I was reading Aaron Wall’s description of his Google experiences (”Google Lies“), and I thought wow, Aaron is becoming enlightened. You see, Aaron has been around SEO for a few years now but has always had this “here is how it works” perspective on SEO. “You do this, and that happens, because Google works this way“. The only problem is, that’s not how competition works.If Google is busy or distracted, you can get away with stuff. But if Google is paying attention, you can’t. Before you take that wrong, allow me to explain. When I say “get away with stuff” I don’t mean pull dirty SEO tricks. I mean make profit. Google doesn’t want you to make profit, except as it allows. So when you do something that makes profits beyond where Google wants to allow, you are at risk of being managed by Google. Aaron is learning this first hand. Before, Google was very busy and not very good at policing the profits earned on the web. Today, Google has far greater resources, less competition, and is very, very knowledgeable about what profit levels should be for various businesses on the web. If you don’t like that, too bad. It’s the nature of competition. Google is no different than any other aggressive, competitive organization. But it can be managed, and that is the goal of the modern-day SEO or web publisher.
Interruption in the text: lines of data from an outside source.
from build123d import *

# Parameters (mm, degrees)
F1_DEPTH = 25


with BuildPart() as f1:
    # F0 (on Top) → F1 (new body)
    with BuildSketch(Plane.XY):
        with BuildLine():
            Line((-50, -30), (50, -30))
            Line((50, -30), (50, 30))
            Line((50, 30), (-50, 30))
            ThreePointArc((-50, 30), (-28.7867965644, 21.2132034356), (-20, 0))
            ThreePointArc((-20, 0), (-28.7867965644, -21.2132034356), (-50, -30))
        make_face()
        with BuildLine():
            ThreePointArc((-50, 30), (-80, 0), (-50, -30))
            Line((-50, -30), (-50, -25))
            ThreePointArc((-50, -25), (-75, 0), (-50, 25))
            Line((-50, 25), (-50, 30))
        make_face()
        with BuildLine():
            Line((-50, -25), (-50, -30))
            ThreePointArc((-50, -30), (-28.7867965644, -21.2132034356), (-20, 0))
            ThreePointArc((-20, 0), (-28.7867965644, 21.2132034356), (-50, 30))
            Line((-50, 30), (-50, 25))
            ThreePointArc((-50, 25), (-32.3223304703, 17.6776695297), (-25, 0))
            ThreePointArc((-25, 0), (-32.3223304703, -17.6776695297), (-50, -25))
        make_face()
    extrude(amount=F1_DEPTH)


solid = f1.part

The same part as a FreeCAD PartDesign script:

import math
import FreeCAD as App
import Part
import Sketcher
from FreeCAD import Vector
Q = App.Units.Quantity

doc = App.newDocument("Part")
body = doc.addObject("PartDesign::Body", "Body")

# Sketch on XY plane
sketch1 = body.newObject("Sketcher::SketchObject", "Sketch")
sketch1.AttachmentSupport = (doc.getObject("XY_Plane"), [""])
sketch1.MapMode = "FlatFace"
sketch1.addGeometry(Part.LineSegment(Vector(-50, -30, 0), Vector(50, -30, 0)), False)
sketch1.addGeometry(Part.LineSegment(Vector(50, -30, 0), Vector(50, 30, 0)), False)
sketch1.addGeometry(Part.LineSegment(Vector(50, 30, 0), Vector(-50, 30, 0)), False)
sketch1.addGeometry(Part.ArcOfCircle(Part.Circle(Vector(-50, 0, 0), Vector(0, 0, 1), 30), math.radians(90), math.radians(270)), False)
sketch1.addGeometry(Part.ArcOfCircle(Part.Circle(Vector(-50, 0, 0), Vector(0, 0, 1), 25), math.radians(-90), math.radians(0)), False)
sketch1.addGeometry(Part.ArcOfCircle(Part.Circle(Vector(-50, 0, 0), Vector(0, 0, 1), 25), math.radians(90), math.radians(270)), False)
sketch1.addGeometry(Part.ArcOfCircle(Part.Circle(Vector(-50, 0, 0), Vector(0, 0, 1), 25), math.radians(0), math.radians(90)), False)
sketch1.addConstraint(Sketcher.Constraint("Coincident", 0, 2, 1, 1))
sketch1.addConstraint(Sketcher.Constraint("Coincident", 1, 2, 2, 1))
sketch1.addConstraint(Sketcher.Constraint("Tangent", 2, 2, 3, 1))
sketch1.addConstraint(Sketcher.Constraint("Tangent", 3, 2, 0, 1))
sketch1.addConstraint(Sketcher.Constraint("Tangent", 4, 1, 5, 2))
sketch1.addConstraint(Sketcher.Constraint("Tangent", 5, 1, 6, 2))
sketch1.addConstraint(Sketcher.Constraint("Tangent", 6, 1, 4, 2))
sketch1.addConstraint(Sketcher.Constraint("Horizontal", 0))
sketch1.addConstraint(Sketcher.Constraint("Vertical", 1))
sketch1.addConstraint(Sketcher.Constraint("Horizontal", 2))
sketch1.addConstraint(Sketcher.Constraint("Coincident", 4, 3, 3, 3))
sketch1.addConstraint(Sketcher.Constraint("Symmetric", 0, 2, 2, 2, -1, 1))
sketch1.addConstraint(Sketcher.Constraint("PointOnObject", 6, 1, -1))
sketch1.addConstraint(Sketcher.Constraint("Vertical", 3, 2, 4, 1))
sketch1.addConstraint(Sketcher.Constraint("Vertical", 4, 1, 5, 1))
sketch1.addConstraint(Sketcher.Constraint("Radius", 3, Q("30 mm")))
sketch1.addConstraint(Sketcher.Constraint("Radius", 4, Q("25 mm")))
sketch1.addConstraint(Sketcher.Constraint("DistanceX", 0, 1, 0, 2, Q("100 mm")))
pad1 = body.newObject("PartDesign::Pad", "Pad")
pad1.Profile = sketch1
pad1.Length = 25

doc.recompute()
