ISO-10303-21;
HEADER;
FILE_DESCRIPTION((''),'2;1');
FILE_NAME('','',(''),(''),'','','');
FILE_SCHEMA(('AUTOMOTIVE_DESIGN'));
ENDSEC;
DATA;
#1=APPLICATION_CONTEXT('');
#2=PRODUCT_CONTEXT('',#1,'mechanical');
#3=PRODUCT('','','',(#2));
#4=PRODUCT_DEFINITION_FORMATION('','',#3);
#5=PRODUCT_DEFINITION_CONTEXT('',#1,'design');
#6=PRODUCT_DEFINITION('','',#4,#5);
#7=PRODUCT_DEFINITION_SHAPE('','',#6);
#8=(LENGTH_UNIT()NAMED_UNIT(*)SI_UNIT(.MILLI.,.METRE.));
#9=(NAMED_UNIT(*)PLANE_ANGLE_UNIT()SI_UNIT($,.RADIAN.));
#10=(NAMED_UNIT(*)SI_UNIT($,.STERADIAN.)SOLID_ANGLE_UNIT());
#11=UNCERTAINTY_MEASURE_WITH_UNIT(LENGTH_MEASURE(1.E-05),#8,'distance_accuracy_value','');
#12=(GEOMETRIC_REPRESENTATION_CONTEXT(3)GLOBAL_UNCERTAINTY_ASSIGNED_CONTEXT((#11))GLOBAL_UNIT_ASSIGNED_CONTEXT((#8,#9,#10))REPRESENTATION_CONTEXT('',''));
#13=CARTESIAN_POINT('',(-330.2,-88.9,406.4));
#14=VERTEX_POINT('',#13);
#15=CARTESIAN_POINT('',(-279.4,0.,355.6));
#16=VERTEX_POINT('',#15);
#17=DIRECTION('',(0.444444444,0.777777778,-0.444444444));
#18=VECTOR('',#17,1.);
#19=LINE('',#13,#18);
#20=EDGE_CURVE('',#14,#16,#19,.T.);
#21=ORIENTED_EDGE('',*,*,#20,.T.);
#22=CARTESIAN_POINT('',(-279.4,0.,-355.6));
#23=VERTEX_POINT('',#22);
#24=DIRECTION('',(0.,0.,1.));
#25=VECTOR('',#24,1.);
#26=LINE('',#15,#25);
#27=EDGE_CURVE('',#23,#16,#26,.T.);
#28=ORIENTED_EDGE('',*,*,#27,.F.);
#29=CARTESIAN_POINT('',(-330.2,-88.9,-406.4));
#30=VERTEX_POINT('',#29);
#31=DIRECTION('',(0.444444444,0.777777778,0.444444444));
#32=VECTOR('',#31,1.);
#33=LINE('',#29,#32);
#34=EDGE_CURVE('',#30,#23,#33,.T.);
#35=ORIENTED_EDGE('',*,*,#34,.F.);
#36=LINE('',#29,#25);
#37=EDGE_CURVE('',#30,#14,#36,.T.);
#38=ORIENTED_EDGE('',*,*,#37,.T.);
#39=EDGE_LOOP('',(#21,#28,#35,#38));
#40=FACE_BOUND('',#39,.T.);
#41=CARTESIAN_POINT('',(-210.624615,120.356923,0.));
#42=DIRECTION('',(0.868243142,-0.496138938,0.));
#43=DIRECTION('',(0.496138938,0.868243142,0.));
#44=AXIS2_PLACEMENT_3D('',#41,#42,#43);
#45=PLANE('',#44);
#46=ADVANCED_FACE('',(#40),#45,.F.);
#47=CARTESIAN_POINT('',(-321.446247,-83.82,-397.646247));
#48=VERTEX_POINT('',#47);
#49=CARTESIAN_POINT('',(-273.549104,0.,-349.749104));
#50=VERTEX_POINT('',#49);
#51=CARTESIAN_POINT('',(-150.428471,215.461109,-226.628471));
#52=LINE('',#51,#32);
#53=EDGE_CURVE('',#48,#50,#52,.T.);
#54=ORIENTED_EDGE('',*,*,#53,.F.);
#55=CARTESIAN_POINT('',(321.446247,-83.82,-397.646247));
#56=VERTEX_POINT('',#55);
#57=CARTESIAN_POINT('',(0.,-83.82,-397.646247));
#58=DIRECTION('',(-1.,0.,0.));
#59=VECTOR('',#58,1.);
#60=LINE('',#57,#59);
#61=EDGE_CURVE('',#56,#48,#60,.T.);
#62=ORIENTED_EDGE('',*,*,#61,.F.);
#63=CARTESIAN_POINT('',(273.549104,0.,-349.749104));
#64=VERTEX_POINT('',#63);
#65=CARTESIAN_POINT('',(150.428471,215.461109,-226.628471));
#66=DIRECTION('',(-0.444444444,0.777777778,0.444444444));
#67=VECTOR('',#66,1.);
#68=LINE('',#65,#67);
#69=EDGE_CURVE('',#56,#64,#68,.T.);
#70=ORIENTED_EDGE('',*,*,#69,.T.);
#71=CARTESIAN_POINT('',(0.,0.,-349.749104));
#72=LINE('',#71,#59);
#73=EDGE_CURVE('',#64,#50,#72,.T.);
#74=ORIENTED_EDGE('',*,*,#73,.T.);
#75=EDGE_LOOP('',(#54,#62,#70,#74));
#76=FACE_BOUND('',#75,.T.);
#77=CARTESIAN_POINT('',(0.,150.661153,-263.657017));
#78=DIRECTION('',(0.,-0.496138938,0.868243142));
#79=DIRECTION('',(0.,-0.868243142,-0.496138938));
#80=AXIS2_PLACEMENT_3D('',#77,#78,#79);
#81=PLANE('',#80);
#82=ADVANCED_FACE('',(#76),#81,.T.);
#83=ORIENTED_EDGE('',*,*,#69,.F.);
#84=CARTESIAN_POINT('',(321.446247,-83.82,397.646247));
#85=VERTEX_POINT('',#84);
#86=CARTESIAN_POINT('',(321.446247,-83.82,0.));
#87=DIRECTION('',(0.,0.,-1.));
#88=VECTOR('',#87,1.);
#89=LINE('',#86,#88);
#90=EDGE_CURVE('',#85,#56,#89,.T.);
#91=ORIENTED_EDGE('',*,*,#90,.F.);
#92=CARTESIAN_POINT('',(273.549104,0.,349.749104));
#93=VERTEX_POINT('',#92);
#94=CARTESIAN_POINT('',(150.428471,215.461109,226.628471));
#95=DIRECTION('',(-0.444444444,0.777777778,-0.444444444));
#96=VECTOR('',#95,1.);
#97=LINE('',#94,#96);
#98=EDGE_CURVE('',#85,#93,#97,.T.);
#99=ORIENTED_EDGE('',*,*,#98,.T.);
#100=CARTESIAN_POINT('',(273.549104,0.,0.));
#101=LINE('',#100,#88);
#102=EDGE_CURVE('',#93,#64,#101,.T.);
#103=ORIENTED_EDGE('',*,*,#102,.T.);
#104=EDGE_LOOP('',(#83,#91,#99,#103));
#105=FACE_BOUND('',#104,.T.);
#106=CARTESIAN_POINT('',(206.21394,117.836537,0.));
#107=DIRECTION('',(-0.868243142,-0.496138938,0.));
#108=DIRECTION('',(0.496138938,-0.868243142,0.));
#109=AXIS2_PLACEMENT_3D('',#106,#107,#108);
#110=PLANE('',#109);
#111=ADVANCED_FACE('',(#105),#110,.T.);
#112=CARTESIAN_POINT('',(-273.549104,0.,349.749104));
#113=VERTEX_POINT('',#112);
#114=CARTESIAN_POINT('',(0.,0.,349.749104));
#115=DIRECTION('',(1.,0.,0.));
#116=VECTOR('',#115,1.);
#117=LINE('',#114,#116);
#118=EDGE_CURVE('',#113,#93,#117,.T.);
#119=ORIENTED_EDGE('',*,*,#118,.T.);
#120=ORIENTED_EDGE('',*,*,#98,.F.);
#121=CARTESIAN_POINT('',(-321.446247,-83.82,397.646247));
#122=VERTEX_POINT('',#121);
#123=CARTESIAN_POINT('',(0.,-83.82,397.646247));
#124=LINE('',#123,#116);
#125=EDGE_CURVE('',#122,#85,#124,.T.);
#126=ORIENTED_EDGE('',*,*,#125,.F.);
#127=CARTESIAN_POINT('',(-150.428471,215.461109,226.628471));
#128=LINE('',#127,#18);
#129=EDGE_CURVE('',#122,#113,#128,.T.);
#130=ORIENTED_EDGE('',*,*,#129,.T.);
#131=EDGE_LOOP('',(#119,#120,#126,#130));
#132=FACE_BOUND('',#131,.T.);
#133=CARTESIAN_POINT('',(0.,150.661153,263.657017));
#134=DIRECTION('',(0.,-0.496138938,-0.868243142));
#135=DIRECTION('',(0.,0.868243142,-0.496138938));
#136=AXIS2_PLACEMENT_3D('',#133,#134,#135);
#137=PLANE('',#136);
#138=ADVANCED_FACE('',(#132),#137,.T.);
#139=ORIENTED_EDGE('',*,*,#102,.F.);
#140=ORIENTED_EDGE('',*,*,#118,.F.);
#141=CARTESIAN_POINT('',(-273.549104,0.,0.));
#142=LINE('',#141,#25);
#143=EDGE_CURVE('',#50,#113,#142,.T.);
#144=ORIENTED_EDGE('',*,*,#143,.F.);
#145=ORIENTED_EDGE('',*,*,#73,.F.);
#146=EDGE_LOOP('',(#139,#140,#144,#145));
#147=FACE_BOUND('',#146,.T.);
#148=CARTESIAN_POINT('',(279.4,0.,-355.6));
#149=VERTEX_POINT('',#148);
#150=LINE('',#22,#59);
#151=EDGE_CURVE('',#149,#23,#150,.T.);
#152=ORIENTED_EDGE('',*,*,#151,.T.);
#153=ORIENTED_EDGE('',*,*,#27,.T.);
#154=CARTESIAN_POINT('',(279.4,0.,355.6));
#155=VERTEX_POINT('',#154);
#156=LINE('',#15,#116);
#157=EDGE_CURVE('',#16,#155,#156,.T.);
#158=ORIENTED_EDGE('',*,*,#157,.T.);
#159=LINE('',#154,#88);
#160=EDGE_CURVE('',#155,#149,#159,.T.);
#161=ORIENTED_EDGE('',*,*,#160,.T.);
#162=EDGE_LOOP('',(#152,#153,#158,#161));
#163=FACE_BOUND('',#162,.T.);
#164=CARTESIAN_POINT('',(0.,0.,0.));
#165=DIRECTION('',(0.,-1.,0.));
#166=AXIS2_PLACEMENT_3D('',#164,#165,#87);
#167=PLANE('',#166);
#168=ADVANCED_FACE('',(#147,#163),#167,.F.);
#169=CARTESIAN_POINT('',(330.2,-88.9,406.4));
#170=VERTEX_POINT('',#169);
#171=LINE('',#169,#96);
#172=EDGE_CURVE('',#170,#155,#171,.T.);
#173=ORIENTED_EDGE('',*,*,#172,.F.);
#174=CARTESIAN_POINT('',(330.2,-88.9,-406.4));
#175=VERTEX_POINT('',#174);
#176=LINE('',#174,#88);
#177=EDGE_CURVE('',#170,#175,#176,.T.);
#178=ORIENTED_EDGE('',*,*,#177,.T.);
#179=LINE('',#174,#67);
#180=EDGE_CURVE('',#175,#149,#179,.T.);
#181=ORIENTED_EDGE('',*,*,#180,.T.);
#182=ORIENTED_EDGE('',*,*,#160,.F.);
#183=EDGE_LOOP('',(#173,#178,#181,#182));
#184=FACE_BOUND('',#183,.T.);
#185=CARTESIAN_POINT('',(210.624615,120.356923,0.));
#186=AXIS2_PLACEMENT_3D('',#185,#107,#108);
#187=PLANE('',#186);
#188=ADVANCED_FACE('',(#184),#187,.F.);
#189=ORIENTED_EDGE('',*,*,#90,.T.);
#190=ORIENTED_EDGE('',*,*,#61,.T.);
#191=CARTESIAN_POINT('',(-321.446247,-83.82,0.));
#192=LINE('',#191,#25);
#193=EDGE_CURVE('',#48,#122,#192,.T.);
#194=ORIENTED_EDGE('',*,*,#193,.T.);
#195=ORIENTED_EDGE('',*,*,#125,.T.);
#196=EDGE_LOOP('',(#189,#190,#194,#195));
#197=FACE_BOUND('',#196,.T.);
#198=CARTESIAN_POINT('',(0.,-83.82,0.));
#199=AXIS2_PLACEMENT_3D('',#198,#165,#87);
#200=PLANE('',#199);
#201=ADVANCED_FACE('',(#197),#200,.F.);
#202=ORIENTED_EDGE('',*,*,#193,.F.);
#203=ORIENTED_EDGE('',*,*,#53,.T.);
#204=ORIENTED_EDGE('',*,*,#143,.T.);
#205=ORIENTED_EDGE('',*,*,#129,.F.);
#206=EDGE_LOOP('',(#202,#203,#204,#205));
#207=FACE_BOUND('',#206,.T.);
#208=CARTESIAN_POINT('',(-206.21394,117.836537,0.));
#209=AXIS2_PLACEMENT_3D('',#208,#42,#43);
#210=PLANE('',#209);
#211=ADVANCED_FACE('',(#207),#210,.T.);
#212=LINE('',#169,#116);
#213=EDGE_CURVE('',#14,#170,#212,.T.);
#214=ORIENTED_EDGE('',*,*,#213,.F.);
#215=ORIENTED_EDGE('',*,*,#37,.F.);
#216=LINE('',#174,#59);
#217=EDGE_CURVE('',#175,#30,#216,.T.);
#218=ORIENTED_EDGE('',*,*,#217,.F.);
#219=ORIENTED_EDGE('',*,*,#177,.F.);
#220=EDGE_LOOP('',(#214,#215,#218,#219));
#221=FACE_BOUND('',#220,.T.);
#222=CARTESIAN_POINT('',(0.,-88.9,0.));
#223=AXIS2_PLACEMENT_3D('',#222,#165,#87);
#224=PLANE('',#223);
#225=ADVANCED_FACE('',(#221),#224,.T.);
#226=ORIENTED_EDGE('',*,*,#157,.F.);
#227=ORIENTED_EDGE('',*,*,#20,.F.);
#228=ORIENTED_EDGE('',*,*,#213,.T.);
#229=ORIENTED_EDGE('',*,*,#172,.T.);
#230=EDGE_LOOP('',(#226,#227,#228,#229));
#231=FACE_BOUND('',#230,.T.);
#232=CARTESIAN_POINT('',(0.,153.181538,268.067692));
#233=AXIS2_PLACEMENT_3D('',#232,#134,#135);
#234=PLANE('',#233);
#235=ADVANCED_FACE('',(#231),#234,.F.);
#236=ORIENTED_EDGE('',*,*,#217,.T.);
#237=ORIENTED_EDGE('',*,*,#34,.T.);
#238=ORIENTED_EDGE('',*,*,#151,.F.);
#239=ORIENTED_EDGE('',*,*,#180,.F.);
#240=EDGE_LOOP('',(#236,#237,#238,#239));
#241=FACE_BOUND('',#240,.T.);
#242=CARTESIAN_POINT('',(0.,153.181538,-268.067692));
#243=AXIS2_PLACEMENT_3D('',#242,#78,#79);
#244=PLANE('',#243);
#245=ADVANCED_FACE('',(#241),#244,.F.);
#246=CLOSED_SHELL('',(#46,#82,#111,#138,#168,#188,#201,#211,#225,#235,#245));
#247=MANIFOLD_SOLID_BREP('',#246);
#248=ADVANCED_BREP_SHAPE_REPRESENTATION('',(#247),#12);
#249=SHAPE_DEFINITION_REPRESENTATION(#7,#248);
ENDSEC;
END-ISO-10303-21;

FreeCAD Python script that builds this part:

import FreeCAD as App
import Part
import Sketcher

V = App.Vector
Q = App.Units.Quantity


def faces_at(feature, points):
    """Names of the faces that lie closest to the given points."""
    faces = feature.Shape.Faces
    near = lambda p: min(range(len(faces)), key=lambda i: faces[i].distToShape(Part.Vertex(*p))[0])
    return sorted({f"Face{near(p) + 1}" for p in points})


def add_polygon(sketch, points):
    """Adds a closed chain of lines whose ends are joined by coincident constraints."""
    first, n = sketch.GeometryCount, len(points)
    for a, b in zip(points, points[1:] + points[:1]):
        sketch.addGeometry(Part.LineSegment(App.Vector(*a, 0), App.Vector(*b, 0)), False)
    for i in range(n):
        sketch.addConstraint(Sketcher.Constraint("Coincident", first + i, 2, first + (i + 1) % n, 1))

doc = App.newDocument("Part")
body = doc.addObject("PartDesign::Body", "Body")

# Sketch on XZ plane
sketch1 = body.newObject("Sketcher::SketchObject", "Sketch")
sketch1.AttachmentSupport = (doc.getObject("XZ_Plane"), [""])
sketch1.MapMode = "FlatFace"
sketch1.AttachmentOffset = App.Placement(V(0, 0, 3.5 * 25.4), App.Rotation())
add_polygon(sketch1, [(330.2, -406.4), (-330.2, -406.4), (-330.2, 406.4), (330.2, 406.4)])  # lines 0-3
sketch1.addConstraint(Sketcher.Constraint("Horizontal", 0))
sketch1.addConstraint(Sketcher.Constraint("Vertical", 1))
sketch1.addConstraint(Sketcher.Constraint("Horizontal", 2))
sketch1.addConstraint(Sketcher.Constraint("Vertical", 3))
sketch1.addConstraint(Sketcher.Constraint("Symmetric", 0, 2, 2, 2, -1, 1))
sketch1.addConstraint(Sketcher.Constraint("DistanceX", 0, 2, 0, 1, Q("26 in")))
sketch1.addConstraint(Sketcher.Constraint("DistanceY", 1, 1, 1, 2, Q("32 in")))

# Sketch on XZ plane
sketch2 = body.newObject("Sketcher::SketchObject", "Sketch001")
sketch2.AttachmentSupport = (doc.getObject("XZ_Plane"), [""])
sketch2.MapMode = "FlatFace"
add_polygon(sketch2, [(-279.4, 355.6), (279.4, 355.6), (279.4, -355.6), (-279.4, -355.6)])  # lines 0-3
sketch2.addConstraint(Sketcher.Constraint("Horizontal", 0))
sketch2.addConstraint(Sketcher.Constraint("Vertical", 1))
sketch2.addConstraint(Sketcher.Constraint("Horizontal", 2))
sketch2.addConstraint(Sketcher.Constraint("Vertical", 3))
sketch2.addConstraint(Sketcher.Constraint("Symmetric", 0, 2, 2, 2, -1, 1))
sketch2.addConstraint(Sketcher.Constraint("DistanceX", 0, 1, 0, 2, Q("22 in")))
sketch2.addConstraint(Sketcher.Constraint("DistanceY", 1, 2, 1, 1, Q("28 in")))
A while ago something new showed up on the web. It was “free” and “good”. It was called Wikipedia. As I perused the wikipedia notes for editors back then, I came across a discussion about linking out. When is it proper to link out from a wikipedia article to a web page on the Internet? The answer was scary to me at the time. Wikipedia editors were told to look at the web page and consider if the information it held could be taken and rewritten as part of the wikipedia article. If it could, do that and don’t link out because that web page would have become redundant: it’s information would now be part of wikipedia. If it could not be so hijacked (my word), then yes, consider linking out to it.That early observation set my course for competing with wikipedia. I knew where they stood, and that they had a plan to disintermediate me as a web publisher. If they could, whenever possible, they would hijack my content, republish it on wikipedia, and leave me irrelevant. Nice, huh. No, not nice. Competitive. They may not have been after money at that time, but content. Traffic and mind share were even more important than money to them. Let’s just call it “profit” and leave the units undefined.Google has an agenda, and if you publish on the web then that agenda involves you. To make it easy to visualize, I like to use an analogy. Google is a casino, and you are a visitor.The casino sets the house rules in it’s own favor. The gaming odds are predetermined to guarantee a profit for the casino, no matter what happens. The game is rigged before you play. That is the only way a business like a casino can invest over a billion dollars in construction costs for a single hotel/casino. But the casino is up front about this. Las Vegas is about entertainment, not gambling, right? Your reward for gambling is not winning, but the excitement of playing, right? The free drinks. The pretty girls. Access to world class stage acts, performers, and shopping. The game is rigged to pull profits off the table and deliver them to the casino, and the system is built to make you feel good as you give them those profits. You hear it all the time from your friends upon returning from Las Vegas: “I lost a ton of money, but I had a great time“.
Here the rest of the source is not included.